[Stored data]
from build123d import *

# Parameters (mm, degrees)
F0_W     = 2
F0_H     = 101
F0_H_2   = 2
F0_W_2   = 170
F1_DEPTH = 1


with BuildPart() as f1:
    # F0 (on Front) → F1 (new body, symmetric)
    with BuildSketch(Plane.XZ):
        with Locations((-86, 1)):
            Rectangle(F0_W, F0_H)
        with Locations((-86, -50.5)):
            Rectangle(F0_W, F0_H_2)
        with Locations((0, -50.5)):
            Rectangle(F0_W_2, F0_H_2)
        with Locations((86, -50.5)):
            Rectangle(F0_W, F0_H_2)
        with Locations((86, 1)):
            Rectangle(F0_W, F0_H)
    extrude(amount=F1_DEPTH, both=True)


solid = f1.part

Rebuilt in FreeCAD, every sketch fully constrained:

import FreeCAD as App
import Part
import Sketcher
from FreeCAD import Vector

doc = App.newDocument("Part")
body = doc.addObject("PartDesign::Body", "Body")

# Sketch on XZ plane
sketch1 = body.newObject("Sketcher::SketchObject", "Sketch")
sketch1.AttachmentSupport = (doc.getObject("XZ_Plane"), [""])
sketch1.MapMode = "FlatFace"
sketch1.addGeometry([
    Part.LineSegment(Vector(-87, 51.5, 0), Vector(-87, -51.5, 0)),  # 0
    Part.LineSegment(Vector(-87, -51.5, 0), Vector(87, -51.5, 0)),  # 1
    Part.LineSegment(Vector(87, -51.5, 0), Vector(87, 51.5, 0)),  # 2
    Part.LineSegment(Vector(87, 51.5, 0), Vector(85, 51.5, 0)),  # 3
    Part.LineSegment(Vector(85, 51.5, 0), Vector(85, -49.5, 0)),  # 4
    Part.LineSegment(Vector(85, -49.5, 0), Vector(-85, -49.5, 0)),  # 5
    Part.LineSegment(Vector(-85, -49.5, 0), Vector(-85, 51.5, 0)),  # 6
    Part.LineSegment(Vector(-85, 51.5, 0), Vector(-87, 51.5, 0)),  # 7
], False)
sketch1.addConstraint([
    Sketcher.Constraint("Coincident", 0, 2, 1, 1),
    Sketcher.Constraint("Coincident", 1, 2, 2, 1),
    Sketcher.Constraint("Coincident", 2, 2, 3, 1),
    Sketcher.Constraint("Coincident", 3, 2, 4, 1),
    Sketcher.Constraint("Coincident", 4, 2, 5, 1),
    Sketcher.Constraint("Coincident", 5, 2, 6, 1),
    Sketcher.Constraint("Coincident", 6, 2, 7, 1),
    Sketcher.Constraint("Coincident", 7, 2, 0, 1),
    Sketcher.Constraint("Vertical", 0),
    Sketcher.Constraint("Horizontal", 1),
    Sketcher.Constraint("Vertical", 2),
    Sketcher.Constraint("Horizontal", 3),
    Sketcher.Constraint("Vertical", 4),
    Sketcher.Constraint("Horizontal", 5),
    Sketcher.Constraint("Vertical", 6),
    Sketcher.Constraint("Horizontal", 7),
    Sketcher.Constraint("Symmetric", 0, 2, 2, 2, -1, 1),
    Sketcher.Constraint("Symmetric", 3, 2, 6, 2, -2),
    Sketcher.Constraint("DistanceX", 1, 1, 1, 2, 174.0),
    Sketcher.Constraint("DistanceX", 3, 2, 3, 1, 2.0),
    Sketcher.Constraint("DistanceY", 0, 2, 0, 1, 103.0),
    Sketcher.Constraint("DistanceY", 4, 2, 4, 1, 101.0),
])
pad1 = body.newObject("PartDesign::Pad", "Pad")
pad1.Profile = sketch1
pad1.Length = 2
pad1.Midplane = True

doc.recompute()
...
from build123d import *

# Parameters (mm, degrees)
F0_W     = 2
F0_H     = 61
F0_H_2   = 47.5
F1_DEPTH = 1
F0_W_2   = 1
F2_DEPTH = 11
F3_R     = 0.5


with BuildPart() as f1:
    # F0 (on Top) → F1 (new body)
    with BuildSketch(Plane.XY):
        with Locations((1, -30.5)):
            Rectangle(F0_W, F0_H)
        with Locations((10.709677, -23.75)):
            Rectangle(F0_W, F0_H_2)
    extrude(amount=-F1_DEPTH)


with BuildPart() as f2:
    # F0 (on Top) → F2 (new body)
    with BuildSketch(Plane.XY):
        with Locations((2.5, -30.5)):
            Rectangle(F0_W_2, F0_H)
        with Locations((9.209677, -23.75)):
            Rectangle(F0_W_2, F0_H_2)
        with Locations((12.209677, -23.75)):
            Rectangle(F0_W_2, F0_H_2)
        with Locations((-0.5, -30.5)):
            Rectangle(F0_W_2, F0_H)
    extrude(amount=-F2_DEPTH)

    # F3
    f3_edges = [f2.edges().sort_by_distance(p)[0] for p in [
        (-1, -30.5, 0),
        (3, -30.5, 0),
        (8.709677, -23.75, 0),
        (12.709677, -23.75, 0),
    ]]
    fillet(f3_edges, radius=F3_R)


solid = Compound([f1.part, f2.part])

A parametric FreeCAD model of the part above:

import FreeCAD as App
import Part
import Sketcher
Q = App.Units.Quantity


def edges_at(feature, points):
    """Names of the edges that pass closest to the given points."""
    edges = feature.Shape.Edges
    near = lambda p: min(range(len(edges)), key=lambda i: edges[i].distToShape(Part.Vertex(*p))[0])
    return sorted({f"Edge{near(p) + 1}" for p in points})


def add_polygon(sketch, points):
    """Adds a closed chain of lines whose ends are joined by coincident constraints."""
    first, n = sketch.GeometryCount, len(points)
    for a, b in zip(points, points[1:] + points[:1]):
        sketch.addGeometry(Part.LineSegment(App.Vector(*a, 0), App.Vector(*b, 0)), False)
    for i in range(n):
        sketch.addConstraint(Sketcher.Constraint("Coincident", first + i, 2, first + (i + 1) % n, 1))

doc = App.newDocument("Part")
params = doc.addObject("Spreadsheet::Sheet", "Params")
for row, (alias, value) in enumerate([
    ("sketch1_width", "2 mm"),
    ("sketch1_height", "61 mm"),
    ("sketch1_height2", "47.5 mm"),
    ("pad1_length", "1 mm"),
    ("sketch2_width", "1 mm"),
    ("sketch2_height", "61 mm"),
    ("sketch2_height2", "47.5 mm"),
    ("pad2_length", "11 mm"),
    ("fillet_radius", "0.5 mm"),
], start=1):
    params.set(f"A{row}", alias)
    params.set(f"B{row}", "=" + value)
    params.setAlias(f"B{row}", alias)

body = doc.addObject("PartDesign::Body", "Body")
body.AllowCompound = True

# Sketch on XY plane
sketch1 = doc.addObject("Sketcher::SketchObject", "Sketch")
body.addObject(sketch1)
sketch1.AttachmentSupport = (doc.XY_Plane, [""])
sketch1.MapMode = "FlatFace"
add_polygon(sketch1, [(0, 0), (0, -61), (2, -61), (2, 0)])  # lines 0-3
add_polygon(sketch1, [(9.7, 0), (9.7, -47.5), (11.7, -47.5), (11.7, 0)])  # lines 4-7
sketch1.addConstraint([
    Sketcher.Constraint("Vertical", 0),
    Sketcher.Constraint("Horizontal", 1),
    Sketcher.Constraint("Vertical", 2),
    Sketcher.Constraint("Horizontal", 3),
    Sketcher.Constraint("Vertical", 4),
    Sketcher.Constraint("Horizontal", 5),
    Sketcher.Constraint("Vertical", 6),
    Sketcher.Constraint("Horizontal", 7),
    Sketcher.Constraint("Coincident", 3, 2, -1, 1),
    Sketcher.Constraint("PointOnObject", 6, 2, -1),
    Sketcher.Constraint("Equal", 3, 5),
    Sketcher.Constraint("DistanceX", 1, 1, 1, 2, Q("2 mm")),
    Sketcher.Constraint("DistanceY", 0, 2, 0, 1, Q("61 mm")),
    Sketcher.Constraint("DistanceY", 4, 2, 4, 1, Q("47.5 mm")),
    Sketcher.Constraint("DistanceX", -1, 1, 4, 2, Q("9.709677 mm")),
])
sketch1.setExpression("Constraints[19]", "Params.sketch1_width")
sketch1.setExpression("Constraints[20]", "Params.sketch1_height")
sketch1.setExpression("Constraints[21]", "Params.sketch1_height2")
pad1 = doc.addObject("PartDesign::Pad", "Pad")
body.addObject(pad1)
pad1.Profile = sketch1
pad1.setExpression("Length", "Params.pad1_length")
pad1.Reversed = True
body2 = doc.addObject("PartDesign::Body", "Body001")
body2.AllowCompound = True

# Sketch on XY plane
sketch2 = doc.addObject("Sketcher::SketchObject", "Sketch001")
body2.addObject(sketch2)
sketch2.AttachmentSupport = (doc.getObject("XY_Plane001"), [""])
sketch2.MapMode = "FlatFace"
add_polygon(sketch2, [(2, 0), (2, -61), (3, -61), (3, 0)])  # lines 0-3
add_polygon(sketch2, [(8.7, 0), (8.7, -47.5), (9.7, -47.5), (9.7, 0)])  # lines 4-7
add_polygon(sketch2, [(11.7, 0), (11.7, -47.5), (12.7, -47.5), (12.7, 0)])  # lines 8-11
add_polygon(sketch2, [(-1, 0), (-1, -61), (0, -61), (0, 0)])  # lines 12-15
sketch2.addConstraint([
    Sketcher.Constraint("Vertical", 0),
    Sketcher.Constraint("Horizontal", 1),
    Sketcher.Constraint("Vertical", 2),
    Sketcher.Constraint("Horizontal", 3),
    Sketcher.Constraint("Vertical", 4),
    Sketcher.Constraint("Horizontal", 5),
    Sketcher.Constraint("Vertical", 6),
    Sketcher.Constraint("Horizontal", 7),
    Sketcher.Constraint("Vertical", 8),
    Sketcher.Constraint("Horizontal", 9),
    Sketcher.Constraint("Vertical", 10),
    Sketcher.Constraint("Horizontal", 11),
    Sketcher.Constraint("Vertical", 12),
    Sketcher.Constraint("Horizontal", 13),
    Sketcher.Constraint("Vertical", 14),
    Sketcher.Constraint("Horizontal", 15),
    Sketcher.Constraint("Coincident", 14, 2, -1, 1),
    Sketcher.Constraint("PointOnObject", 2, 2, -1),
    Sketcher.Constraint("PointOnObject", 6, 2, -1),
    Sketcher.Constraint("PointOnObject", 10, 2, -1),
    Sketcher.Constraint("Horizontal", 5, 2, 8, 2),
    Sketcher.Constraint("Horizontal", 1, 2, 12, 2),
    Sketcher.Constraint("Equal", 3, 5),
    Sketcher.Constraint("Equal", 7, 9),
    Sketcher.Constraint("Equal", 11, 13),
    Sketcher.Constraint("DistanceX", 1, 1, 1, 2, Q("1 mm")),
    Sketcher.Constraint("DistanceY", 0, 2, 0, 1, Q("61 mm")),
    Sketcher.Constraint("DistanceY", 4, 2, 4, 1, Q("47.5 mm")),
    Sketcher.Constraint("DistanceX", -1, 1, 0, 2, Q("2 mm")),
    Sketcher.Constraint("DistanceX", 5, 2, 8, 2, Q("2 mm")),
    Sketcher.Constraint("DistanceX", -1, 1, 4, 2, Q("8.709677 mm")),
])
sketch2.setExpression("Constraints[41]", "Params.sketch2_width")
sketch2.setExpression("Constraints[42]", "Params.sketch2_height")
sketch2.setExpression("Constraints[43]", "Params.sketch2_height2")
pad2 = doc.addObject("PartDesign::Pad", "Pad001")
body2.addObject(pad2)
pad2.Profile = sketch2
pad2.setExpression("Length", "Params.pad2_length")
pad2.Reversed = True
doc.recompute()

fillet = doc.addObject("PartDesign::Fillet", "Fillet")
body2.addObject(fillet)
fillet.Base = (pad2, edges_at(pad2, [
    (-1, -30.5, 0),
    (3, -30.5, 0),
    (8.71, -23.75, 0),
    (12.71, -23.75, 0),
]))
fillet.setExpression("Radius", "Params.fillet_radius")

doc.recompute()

- What you should do -
For each line above that contains the word "extrude", copy that line.

- Response to the task -
    extrude(amount=F1_DEPTH, both=True)
    extrude(amount=-F1_DEPTH)
    extrude(amount=-F2_DEPTH)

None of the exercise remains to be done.